A principal vantagem do diesel de cana, destacou o gerente da Fetranspor, é que não haverá necessidade de alteração mecânica nos motores. Com isso, as empresas não terão que fazer investimentos adicionais para substituir o diesel fóssil pelo de cana. O presidente da Amyris Brasil, Paulo Diniz, observou que isso acaba também refletindo no bolso do consumidor, “uma vez que a população não vai ter que pagar por nenhuma adaptação a mais, por nenhum tipo de aditivo diferente”.
Tendo em vista a realização no Rio de Janeiro de eventos como a Rio+20, em 2012; a Copa das Confederações, em 2013; a Copa do Mundo, em 2014; e as Olimpíadas, em 2016, Diniz confirmou que a ideia é ir ampliar cada vez mais o número de ônibus das frotas movidos a diesel de cana, de forma a permear todo o mercado.
São Paulo implanta a novidade em agosto
A empresa, que investiu cerca de US$ 500 milhões no desenvolvimento dessa nova tecnologia, iniciará o fornecimento para 160 ônibus de São Paulo a partir de agosto deste ano, por meio de uma mistura de 10% de diesel renovável, sendo que os 90% restantes virão do biodiesel e do diesel de petróleo fornecidos pela Petrobrás Distribuidora. O contrato de fornecimento vai até o final de 2012.
“Após o lançamento bem sucedido de nossa primeira unidade de produção em escala industrial e os resultados positivos dos testes com frotas no Brasil, estamos entusiasmados por sermos o fornecedor comercial de combustível renovável para ônibus na maior cidade brasileira. Ao longo do próximo ano, à medida que expandimos nossos acordos de fornecimento com as frotas de ônibus de São Paulo, esperamos alcançar US$ 10-12 milhões em vendas anuais”, projetou John Melo, CEO da Amyris.
A crescente demanda de diesel com baixo teor de enxofre no Brasil cria uma grande oportunidade para destacarmos a superioridade do desempenho e dos benefícios de nosso diesel renovável ao mesmo tempo em que possibilita ao país reduzir a importação de combustível diesel, que compreende aproximadamente 20% da necessidade de diesel no Brasil em 2010 – John Melo.
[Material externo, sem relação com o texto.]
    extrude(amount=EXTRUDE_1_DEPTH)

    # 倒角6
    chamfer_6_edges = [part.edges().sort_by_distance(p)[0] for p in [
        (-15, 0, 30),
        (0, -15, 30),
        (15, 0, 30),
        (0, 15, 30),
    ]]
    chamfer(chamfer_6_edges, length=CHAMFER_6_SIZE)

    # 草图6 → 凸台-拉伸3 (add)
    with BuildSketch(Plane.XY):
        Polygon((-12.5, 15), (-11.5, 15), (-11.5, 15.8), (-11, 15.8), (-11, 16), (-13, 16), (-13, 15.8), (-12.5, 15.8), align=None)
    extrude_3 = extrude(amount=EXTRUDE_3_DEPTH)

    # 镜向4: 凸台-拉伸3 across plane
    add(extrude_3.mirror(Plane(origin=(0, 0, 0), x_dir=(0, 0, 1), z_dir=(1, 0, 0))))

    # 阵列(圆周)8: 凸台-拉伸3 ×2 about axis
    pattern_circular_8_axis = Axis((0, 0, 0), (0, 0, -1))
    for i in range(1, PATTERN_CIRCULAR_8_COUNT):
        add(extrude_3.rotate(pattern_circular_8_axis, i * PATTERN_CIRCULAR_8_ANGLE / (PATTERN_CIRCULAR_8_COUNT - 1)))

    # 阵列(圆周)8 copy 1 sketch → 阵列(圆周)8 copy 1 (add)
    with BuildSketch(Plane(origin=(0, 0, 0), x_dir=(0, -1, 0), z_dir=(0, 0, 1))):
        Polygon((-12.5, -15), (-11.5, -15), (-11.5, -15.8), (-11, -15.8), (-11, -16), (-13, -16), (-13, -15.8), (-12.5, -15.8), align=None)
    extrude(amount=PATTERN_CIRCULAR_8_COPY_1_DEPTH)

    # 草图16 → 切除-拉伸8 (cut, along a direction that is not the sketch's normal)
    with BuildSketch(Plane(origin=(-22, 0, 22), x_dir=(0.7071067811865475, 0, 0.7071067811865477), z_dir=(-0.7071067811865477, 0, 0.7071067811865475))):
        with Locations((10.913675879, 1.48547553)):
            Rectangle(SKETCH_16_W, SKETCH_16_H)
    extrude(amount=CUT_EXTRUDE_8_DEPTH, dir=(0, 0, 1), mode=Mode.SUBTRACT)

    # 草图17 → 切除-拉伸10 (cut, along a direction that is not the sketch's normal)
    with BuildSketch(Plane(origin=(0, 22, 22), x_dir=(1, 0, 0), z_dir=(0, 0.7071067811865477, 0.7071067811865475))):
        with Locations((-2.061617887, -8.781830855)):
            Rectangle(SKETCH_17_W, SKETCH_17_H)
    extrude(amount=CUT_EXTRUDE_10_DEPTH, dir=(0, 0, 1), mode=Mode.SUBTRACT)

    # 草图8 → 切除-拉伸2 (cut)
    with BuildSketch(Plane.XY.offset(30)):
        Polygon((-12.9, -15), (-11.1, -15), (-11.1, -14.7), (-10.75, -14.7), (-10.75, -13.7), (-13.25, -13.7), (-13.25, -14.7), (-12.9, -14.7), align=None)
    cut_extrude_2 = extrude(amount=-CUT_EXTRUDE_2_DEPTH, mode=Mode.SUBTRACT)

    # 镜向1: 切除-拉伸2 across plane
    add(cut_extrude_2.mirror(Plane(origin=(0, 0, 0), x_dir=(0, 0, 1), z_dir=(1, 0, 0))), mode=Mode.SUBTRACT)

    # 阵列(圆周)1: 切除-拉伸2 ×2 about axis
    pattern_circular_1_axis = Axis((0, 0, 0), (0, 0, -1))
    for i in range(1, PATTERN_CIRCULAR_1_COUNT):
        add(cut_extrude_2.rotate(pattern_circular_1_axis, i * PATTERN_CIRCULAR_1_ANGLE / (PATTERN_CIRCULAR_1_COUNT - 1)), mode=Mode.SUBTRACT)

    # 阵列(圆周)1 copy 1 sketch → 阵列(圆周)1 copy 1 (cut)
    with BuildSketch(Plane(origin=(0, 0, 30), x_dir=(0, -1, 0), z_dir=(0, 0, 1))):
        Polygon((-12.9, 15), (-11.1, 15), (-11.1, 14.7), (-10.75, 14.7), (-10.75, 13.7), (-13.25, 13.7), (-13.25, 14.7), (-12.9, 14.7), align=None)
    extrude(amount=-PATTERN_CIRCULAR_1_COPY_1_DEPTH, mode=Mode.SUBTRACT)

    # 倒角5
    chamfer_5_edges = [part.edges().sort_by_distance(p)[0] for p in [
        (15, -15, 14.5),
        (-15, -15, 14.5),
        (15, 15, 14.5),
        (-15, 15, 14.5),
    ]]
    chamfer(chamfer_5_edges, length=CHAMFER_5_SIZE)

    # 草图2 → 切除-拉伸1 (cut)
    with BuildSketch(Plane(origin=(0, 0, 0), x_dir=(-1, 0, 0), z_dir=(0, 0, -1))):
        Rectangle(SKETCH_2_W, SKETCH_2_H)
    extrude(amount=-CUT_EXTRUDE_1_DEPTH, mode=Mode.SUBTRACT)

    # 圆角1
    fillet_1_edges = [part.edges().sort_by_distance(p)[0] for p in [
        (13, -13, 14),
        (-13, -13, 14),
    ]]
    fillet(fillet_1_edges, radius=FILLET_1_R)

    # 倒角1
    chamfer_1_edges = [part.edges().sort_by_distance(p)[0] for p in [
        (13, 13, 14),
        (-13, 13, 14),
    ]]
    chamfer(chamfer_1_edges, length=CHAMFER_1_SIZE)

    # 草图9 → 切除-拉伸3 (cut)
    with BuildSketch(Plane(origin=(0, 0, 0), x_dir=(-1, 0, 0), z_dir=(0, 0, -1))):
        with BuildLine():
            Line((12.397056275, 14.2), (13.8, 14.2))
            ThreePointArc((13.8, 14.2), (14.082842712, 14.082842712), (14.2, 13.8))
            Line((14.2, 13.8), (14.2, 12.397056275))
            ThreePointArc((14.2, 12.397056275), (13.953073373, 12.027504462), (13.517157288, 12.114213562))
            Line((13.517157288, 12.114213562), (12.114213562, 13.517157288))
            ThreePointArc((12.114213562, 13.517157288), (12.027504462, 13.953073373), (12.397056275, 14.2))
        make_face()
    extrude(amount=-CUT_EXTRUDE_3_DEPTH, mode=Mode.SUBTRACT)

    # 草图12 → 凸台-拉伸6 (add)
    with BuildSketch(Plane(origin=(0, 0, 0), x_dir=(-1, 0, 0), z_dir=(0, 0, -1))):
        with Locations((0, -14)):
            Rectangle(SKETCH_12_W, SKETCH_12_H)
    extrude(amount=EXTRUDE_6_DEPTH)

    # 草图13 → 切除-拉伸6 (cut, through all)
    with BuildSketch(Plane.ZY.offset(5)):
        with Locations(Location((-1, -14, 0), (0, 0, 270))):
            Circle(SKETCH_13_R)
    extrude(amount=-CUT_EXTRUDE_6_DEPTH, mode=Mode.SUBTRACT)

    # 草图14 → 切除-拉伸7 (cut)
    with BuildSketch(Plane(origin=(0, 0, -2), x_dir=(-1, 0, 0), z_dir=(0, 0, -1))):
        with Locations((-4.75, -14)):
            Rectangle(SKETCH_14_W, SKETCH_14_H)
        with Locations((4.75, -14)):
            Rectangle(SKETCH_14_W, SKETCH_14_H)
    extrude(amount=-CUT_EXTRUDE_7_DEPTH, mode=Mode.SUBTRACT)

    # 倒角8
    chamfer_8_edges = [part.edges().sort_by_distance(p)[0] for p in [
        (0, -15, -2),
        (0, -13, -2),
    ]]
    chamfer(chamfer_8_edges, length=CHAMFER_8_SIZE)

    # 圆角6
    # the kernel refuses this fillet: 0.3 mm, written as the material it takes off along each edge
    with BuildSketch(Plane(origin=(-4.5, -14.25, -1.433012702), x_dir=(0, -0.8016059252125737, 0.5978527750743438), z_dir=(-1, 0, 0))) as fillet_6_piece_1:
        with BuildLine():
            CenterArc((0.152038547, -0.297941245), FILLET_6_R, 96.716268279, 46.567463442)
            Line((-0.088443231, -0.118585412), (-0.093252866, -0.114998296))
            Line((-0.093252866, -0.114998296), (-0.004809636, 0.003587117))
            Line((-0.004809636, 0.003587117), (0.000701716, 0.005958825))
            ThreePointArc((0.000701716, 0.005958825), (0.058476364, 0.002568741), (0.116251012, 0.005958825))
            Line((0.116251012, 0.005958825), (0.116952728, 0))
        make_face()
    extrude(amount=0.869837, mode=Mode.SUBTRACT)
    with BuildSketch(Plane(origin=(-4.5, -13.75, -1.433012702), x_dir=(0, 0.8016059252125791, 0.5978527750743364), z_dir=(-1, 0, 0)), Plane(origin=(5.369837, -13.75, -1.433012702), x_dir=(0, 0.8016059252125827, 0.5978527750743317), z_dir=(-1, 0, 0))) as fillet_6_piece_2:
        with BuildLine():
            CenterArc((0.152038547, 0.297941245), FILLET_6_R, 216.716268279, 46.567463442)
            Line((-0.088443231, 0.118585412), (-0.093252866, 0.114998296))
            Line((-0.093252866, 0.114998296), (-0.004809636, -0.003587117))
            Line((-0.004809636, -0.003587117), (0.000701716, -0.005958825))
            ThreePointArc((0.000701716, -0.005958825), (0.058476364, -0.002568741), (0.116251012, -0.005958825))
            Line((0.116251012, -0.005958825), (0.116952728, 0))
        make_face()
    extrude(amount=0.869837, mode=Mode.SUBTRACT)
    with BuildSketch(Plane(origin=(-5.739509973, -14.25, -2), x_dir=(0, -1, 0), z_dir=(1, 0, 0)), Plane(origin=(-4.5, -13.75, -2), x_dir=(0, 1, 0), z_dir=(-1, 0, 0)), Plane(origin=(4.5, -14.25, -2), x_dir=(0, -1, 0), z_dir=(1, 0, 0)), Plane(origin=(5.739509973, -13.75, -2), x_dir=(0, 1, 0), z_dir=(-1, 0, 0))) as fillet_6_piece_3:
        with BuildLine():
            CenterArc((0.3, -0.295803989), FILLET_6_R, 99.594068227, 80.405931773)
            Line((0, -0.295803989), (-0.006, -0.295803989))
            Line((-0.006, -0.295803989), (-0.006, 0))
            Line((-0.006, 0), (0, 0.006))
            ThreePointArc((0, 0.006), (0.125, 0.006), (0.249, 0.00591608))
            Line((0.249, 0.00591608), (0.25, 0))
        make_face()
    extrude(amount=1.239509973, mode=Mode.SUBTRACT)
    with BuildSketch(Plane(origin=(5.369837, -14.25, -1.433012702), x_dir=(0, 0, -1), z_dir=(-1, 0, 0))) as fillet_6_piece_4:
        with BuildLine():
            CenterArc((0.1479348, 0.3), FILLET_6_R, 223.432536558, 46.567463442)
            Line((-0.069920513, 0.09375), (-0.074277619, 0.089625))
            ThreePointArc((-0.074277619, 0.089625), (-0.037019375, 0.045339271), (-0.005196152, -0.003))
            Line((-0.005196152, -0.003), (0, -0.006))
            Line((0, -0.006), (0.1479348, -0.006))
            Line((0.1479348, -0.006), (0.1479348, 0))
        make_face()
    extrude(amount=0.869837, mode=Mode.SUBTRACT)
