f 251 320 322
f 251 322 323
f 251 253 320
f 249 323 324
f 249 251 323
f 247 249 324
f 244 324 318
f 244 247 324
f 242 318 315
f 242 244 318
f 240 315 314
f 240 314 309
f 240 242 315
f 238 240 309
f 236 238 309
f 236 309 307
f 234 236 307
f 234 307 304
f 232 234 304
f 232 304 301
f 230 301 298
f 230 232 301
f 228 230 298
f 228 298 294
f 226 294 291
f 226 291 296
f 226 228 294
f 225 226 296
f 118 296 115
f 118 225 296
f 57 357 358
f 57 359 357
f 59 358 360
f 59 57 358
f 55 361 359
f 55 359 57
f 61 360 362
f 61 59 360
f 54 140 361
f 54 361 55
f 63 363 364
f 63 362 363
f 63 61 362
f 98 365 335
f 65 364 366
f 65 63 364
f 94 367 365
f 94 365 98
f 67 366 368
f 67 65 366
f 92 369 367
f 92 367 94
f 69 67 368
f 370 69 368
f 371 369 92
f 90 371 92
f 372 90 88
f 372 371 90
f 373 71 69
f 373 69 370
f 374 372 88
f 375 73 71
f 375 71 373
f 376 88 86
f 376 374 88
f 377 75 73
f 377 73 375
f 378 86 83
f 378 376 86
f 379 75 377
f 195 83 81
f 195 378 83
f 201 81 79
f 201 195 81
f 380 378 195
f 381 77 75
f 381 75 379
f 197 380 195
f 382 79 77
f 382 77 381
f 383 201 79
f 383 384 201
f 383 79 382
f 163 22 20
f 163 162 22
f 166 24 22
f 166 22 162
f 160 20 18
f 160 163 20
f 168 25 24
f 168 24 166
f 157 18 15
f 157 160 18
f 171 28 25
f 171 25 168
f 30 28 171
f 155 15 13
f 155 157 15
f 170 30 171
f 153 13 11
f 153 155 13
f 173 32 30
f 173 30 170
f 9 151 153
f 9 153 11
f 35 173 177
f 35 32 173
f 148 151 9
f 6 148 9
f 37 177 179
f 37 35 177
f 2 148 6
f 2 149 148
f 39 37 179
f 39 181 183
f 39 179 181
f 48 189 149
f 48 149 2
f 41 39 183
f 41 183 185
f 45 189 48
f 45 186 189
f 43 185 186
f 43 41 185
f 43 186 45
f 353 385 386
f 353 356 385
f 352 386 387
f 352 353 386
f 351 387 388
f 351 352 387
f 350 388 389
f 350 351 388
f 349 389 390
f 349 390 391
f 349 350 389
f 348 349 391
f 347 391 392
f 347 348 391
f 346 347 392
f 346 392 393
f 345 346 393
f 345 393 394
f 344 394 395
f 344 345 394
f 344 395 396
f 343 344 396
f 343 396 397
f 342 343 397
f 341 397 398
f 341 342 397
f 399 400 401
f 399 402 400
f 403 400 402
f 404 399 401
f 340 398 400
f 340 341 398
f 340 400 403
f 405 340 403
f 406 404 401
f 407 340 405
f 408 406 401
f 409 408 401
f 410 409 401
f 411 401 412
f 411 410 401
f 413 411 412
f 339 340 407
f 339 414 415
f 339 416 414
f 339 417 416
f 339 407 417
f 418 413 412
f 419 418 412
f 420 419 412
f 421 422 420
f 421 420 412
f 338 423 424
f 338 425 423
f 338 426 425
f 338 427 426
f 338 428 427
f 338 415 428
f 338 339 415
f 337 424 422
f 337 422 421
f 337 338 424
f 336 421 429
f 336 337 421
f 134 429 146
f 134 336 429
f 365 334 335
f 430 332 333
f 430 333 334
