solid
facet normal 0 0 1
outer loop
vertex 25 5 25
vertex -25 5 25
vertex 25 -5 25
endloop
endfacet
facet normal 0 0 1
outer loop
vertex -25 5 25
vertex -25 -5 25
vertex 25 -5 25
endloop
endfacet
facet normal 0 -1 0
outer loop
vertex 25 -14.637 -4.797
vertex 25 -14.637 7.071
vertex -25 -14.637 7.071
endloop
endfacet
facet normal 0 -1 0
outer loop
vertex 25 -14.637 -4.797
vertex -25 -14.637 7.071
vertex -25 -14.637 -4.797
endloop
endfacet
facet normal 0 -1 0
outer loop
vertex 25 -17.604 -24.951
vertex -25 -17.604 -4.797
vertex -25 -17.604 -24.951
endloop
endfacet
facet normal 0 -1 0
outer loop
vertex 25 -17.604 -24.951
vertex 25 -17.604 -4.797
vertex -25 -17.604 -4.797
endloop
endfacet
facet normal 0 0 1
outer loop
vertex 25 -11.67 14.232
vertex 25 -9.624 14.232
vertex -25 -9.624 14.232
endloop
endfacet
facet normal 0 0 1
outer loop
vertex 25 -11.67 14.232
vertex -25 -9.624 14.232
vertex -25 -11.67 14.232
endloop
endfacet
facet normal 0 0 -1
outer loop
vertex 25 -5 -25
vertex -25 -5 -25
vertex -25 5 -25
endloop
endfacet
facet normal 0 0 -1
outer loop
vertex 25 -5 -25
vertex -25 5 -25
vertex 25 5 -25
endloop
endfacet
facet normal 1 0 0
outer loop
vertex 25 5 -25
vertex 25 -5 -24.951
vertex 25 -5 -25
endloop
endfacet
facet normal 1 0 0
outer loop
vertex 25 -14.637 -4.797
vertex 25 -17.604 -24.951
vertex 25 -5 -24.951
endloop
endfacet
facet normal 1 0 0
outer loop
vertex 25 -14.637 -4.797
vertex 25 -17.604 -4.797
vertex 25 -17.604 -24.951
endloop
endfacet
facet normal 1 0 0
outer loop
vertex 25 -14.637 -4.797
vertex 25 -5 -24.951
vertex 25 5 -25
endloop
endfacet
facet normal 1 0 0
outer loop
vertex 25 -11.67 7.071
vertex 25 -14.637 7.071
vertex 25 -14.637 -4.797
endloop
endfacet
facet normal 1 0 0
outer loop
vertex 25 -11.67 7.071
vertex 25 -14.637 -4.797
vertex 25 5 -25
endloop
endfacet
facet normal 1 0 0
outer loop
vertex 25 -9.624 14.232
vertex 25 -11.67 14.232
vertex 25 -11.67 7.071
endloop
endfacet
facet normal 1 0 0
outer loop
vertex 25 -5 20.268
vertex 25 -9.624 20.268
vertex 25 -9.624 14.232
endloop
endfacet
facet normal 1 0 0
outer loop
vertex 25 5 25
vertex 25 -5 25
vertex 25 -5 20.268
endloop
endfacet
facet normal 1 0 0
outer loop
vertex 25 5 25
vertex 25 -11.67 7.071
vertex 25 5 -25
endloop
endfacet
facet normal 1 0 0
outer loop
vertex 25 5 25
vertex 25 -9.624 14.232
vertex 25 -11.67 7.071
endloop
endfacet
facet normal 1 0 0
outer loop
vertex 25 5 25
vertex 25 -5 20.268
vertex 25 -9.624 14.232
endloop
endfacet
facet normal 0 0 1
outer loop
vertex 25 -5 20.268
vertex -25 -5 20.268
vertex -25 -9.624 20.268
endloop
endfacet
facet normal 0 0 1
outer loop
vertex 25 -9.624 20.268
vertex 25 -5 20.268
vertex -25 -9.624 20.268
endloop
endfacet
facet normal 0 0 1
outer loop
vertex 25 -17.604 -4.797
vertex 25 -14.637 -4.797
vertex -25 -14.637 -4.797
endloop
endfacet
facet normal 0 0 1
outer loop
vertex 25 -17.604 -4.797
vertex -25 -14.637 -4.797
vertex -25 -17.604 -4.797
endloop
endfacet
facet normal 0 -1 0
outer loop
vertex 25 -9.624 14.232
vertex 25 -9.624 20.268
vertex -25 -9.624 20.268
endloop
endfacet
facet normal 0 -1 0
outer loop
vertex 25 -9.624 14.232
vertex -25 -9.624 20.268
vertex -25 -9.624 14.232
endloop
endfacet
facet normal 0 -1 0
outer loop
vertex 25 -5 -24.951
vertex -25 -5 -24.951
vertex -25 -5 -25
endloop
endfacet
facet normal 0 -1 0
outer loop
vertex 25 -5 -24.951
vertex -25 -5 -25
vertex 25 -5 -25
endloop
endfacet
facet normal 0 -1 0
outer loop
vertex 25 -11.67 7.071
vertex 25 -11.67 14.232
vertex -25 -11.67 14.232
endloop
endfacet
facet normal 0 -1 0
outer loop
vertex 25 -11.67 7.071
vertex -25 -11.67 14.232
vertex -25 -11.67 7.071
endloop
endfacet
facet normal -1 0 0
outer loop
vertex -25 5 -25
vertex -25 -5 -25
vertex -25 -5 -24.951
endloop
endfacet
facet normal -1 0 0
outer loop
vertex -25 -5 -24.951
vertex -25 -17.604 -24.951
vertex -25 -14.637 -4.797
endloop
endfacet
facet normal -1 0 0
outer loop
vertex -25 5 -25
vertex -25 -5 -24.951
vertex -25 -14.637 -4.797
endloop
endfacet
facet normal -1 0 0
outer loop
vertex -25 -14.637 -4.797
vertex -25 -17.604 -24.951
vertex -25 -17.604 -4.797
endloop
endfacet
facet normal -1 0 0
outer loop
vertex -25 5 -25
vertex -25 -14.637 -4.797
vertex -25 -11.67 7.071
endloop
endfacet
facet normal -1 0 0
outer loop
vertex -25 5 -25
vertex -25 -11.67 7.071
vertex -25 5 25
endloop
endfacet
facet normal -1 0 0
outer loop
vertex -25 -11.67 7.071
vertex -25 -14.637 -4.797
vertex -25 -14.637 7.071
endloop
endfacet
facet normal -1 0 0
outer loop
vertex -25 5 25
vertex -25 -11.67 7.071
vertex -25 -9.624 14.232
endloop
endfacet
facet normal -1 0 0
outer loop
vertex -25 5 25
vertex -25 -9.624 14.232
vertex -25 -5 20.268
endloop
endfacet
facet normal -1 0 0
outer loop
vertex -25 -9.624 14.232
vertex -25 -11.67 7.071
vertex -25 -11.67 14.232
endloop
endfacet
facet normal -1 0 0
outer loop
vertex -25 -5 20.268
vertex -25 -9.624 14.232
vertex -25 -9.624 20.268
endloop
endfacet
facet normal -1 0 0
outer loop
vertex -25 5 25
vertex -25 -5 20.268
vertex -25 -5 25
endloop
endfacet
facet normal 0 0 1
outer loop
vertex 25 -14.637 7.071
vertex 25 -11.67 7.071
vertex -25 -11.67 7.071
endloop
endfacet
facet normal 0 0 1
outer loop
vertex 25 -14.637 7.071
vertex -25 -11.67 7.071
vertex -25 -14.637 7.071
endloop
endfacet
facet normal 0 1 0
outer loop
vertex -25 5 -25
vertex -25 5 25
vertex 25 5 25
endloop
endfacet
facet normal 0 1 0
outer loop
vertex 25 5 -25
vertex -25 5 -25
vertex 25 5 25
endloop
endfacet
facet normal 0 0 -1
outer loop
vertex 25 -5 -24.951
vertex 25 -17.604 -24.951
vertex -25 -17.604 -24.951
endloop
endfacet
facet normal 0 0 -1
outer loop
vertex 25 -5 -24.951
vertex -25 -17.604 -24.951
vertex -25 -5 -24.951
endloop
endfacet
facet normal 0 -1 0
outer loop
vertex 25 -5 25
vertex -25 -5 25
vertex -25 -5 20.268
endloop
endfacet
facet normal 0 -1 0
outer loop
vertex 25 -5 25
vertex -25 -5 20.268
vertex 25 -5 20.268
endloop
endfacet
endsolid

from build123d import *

# Parameters (mm, degrees)
F0_W     = 50
F0_H     = 50
F1_DEPTH = 5
F3_DEPTH = 25


with BuildPart() as f1:
    # F0 (on Front) → F1 (new body, symmetric)
    with BuildSketch(Plane.XZ):
        Rectangle(F0_W, F0_H)
    extrude(amount=F1_DEPTH, both=True)

    # F2 (on Right) → F3 (join, symmetric)
    with BuildSketch(Plane.YZ):
        Polygon((-4.812052, -24.951309), (-4.812052, 20.26826), (-9.624103, 20.26826), (-9.624103, 14.232163), (-11.670237, 14.232163), (-11.670237, 7.070693), (-14.637132, 7.070693), (-14.637132, -4.796886), (-17.604027, -4.796886), (-17.604027, -24.951309), align=None)
    extrude(amount=F3_DEPTH, both=True)


solid = f1.part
A cidade de São Paulo tem mais de 15.000 ônibus que consomem cerca de 450 milhões de litros de diesel por ano. O diesel de cana de açúcar da Amyris objetiva, segundo a empresa, ajudar a cidade a alcançar a meta de reduzir o uso de combustíveis fósseis no sistema de transporte público. Em consonância com a legislação municipal, São Paulo está trabalhando para reduzir o uso de diesel fóssil em 10% a cada ano até 2018.
“Os testes que realizamos no ano passado com nossos parceiros, a SPTrans, a Mercedes-Benz, a Petrobrás Distribuidora e a Viação Santa Brígida, confirmaram que uma mistura de 10% do diesel da Amyris no diesel de baixo teor de enxofre da Petrobrás (B5 S50) pode reduzir a opacidade (fumaça) em até 40%”, reforçou Paulo Diniz.
Aviação estuda possibilidade
Outro setor da área de transportes que poderá implantar o diesel da cana de açúcar, em breve, é o da aviação, que responde por 2% das emissões mundiais de gases-estufa, segundo dados da ONU. Recentemente, a Boeing Company, a Embraer e o BID (Banco Interamericano de Desenvolvimento) anunciaram que, juntos, financiarão uma análise de sustentabilidade para produção do biocombustível para jatos desenvolvido pela Amyris a partir da cana-de-açúcar brasileira.
Coordenado pela Icone, uma incubadora brasileira de pesquisas com vasta experiência na agricultura e análise de biocombustíveis, o estudo avaliará condições ambientais e mercadológicas associadas ao uso do combustível de fonte renovável para jatos. O World Wildlife Fund (WWF) atuará como consultor independente.
* Publicado originalmente no site EcoD.